◆ **WHAT IS REQUIRED**:
Print exactly the lines below between the line holding "v 0 3.572 0.992" and the line holding "v 20.662 6.841 1.984", inclusive, and nothing more.

◆ **TASK DATA**:
"""
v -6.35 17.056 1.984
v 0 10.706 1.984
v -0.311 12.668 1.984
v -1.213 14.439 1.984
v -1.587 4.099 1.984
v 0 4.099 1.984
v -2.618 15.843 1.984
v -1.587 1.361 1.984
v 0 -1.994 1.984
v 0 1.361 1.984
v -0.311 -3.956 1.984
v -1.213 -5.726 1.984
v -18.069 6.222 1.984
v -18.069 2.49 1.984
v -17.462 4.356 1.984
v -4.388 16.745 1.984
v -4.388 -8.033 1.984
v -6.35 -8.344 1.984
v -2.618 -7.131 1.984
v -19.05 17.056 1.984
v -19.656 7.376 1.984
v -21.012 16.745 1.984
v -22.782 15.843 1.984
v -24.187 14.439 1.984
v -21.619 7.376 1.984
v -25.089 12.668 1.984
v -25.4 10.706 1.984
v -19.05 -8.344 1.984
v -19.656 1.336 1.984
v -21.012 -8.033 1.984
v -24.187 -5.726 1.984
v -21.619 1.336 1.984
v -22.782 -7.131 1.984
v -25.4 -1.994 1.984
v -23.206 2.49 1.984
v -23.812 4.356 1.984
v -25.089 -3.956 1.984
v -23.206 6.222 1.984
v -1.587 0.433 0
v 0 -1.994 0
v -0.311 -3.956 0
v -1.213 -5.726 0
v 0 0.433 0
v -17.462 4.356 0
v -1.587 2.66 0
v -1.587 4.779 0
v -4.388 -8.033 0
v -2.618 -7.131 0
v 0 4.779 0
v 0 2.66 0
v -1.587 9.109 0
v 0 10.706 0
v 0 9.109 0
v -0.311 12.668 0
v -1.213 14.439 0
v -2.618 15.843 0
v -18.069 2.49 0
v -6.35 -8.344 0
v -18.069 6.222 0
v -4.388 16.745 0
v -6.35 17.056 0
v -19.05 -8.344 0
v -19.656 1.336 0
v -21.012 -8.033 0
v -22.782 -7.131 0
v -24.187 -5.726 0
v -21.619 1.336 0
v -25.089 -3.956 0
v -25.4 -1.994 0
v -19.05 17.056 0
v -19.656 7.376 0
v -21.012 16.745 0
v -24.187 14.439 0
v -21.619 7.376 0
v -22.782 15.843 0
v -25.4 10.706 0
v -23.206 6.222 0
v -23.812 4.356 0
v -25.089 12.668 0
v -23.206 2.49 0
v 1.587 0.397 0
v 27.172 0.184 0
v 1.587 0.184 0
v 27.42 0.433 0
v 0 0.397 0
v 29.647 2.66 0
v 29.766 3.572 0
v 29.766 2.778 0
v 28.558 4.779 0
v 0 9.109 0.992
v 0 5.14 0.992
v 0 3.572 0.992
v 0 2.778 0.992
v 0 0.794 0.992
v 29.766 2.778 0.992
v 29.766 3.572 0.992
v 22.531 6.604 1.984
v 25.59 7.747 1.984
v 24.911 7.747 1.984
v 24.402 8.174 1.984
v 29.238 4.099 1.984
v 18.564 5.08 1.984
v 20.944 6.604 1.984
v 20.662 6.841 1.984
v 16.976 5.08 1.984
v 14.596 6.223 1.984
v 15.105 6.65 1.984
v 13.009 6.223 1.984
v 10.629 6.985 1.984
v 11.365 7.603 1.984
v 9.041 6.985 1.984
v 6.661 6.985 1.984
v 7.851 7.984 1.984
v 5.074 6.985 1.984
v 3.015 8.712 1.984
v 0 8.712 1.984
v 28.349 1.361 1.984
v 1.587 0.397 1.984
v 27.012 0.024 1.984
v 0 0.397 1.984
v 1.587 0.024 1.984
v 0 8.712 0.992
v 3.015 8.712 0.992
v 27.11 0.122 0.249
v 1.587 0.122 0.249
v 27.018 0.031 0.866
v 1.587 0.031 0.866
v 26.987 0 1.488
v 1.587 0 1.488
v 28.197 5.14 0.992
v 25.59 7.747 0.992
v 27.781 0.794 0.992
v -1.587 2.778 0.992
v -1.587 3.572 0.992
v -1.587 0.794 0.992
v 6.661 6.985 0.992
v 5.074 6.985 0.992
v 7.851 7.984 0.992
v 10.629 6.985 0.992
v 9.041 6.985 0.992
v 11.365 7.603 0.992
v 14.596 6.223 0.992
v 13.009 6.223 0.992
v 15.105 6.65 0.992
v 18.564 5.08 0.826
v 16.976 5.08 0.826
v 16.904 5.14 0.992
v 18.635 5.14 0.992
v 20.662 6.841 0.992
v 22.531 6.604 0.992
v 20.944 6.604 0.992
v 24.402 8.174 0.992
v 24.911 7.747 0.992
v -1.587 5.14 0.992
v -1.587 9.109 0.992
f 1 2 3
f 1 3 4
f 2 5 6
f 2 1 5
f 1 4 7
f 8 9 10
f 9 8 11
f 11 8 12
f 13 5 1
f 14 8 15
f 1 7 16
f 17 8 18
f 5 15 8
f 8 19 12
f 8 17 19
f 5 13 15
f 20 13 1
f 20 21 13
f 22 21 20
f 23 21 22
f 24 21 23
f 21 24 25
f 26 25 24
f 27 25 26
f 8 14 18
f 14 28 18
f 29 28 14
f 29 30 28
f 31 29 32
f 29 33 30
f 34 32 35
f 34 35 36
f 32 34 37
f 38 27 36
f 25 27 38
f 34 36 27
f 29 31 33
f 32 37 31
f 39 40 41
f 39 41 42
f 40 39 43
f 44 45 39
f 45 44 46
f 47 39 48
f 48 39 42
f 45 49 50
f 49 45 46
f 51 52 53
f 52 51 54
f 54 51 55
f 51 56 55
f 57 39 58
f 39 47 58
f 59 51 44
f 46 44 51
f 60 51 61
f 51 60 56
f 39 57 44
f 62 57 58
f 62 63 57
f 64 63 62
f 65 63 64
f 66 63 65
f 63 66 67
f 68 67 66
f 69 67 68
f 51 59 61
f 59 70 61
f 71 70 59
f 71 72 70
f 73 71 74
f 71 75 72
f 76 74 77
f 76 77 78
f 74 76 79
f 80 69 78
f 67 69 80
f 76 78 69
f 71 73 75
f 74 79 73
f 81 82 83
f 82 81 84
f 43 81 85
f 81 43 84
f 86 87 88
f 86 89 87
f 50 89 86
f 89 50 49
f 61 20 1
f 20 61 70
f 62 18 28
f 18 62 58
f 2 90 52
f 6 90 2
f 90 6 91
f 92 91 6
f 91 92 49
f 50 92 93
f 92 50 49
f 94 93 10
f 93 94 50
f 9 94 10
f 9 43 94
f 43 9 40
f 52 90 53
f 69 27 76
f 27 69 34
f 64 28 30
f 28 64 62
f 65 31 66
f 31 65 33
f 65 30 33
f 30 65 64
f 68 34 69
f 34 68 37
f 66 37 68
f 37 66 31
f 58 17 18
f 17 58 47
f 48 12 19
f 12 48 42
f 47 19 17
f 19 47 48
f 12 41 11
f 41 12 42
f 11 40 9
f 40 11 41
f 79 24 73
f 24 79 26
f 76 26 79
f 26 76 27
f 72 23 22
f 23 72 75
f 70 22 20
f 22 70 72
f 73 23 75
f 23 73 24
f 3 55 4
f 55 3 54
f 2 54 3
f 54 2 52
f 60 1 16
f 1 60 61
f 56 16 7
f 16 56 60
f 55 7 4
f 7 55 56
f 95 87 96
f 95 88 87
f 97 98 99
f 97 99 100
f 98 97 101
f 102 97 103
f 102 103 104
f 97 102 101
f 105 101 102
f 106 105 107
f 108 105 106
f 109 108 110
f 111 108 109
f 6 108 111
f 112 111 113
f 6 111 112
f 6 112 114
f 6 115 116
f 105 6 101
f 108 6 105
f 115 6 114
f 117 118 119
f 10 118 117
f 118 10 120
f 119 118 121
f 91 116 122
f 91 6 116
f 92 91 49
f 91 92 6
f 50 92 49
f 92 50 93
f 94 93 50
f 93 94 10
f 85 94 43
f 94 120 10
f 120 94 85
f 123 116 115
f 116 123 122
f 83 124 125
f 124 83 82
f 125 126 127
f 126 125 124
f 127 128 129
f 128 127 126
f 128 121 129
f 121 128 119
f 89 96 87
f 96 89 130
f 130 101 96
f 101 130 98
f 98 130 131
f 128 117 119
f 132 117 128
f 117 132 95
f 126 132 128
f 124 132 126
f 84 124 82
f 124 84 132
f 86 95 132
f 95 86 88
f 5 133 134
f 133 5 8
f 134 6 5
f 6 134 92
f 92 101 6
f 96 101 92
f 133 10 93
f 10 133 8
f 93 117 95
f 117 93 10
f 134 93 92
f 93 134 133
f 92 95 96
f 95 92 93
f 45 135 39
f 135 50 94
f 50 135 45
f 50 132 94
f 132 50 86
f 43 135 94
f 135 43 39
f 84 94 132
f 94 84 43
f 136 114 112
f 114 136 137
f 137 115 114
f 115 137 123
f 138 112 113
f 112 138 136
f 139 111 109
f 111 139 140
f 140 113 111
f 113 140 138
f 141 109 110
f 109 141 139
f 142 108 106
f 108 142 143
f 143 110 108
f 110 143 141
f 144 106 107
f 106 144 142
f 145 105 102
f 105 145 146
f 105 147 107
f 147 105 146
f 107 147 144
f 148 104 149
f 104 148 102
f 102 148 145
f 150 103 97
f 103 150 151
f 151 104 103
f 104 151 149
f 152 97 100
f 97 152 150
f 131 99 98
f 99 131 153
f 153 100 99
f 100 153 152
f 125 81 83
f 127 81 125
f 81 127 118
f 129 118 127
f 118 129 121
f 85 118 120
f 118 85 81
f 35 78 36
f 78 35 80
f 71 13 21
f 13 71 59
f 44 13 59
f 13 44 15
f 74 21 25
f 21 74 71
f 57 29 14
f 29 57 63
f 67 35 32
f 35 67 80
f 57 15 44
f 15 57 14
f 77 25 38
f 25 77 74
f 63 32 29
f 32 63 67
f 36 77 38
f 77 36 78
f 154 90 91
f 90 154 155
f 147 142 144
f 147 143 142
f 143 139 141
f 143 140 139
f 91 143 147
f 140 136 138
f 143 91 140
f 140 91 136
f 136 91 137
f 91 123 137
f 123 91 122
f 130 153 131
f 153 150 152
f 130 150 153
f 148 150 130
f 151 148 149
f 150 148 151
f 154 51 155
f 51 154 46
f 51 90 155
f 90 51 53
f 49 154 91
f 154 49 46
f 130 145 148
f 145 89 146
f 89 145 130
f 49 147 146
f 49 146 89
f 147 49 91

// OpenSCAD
// Schlage SC4 Key Template - by Kevin Li <https://github.com/KevinLi>
// This work is a derivative of sc1.scad from "Physical Keygen" by Nirav Patel
// This work is licensed under a Creative Commons Attribution 3.0 Unported License.


// Physical Keygen - by Nirav Patel <http://eclecti.cc>
//
// Generate a duplicate of a Schlage SC4 key by editing the last line of the file
// and entering in the key code of the lock.  If you don't know the key code,
// you can measure the key and compare the numbers at:
// http://web.archive.org/web/20050217020917fw_/http://dlaco.com/spacing/tips.htm
//
// This work is licensed under a Creative Commons Attribution 3.0 Unported License.

// Since the keys and locks I have were all designed in imperial units, the
// constants in this file will be defined in inches.  The mm function
// allows us to retain the proper size for exporting a metric STL.
function mm(i) = i*25.4;

module rounded(size, r) {
	union() {
		translate([r, 0, 0]) cube([size[0]-2*r, size[1], size[2]]);
		translate([0, r, 0]) cube([size[0], size[1]-2*r, size[2]]);
		translate([r, r, 0]) cylinder(h=size[2], r=r);
		translate([size[0]-r, r, 0]) cylinder(h=size[2], r=r);
		translate([r, size[1]-r, 0]) cylinder(h=size[2], r=r);
		translate([size[0]-r, size[1]-r, 0]) cylinder(h=size[2], r=r);
	}
}

module bit() {
	w = mm(1/4);
	difference() {
		translate([-w/2, 0, 0]) cube([w, w, w]);
		translate([-mm(8/256), 0, 0]) rotate([0, 0, 140]) cube([w, w, w]);
		translate([ mm(8/256), 0, 0]) rotate([0, 0, -50]) cube([w, w, w]);
	}
}

// Schlage SC4 6 pin key.
// The measurements are from publicly available information.
module sc4(bits) {
	thickness = mm(5/64);
	length = mm(19/16);
	width = mm(0.343);

	shoulder = mm(0.231);
	pin_spacing = mm(0.1562);
	depth_inc = mm(0.015);

	// Less fudge, more difference between key width and depth 0
	fudge = mm(0.008);

	// Handle size
	h_l = mm(1);
	h_w = mm(1);
	h_d = mm(1/16);
	difference() {
		// blade and key handle
		union() {
			translate([-h_l, -h_w/2 + width/2, 0]) rounded([h_l, h_w, thickness], mm(1/4));
			intersection() {
				// cut a little off the tip to avoid going too long
				cube([length - mm(1/64), width, thickness]);
				translate([0, mm(1/4), thickness*3/4]) rotate([0, 90, 0]) cylinder(h=length, r=mm(1/4), $fn=64);
			}
		}

		// chamfer the tip
		translate([length, mm(1/8), 0]) {
			rotate([0, 0, 45]) cube([10, 10, thickness]);
			rotate([0, 0, 225]) cube([10, 10, thickness]);
		}

		// Bottom cut
		cube([mm(1/16), mm(1/64), thickness]);

		// put in a hole for keychain use
		translate([-h_l + mm(3/16), width/2, 0]) cylinder(h=thickness, r=mm(1/8));

		// cut the channels in the key.  designed more for printability than accuracy
		union() {
			translate([-h_d, mm(9/64), thickness/2]) rotate([62, 0, 0]) cube([length + h_d, width, width]);
			translate([-h_d, mm(7/64), thickness/2]) rotate([55, 0, 0]) cube([length + h_d, width, width]);
			translate([-h_d, mm(7/64), thickness/2]) cube([length + h_d, mm(1/32), width]);
		}

		translate([-h_d, width - mm(9/64), 0]) cube([length + h_d, width - (width - mm(10/64)), thickness/2]);
		translate([-h_d, width - mm(9/64), thickness/2]) rotate([-110, 0, 0]) cube([length + h_d, width, thickness/2]);

		intersection() {
			translate([-h_d, mm(1/32), thickness/2]) rotate([-118, 0, 0]) cube([length + h_d, width, width]);
			translate([-h_d, mm(1/32), thickness/2]) rotate([-110, 0, 0]) cube([length + h_d, width, width]);
		}

		// Do the actual bitting
		for (b = [0:5]) {
			translate([shoulder + b*pin_spacing, width - bits[b]*depth_inc - fudge, 0]) bit();
		}
	}
}

sc4([4,4,6,9,5,2]);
"""
◆ **SOLUTION FOR THIS TASK**:
v 0 3.572 0.992
v 0 2.778 0.992
v 0 0.794 0.992
v 29.766 2.778 0.992
v 29.766 3.572 0.992
v 22.531 6.604 1.984
v 25.59 7.747 1.984
v 24.911 7.747 1.984
v 24.402 8.174 1.984
v 29.238 4.099 1.984
v 18.564 5.08 1.984
v 20.944 6.604 1.984
v 20.662 6.841 1.984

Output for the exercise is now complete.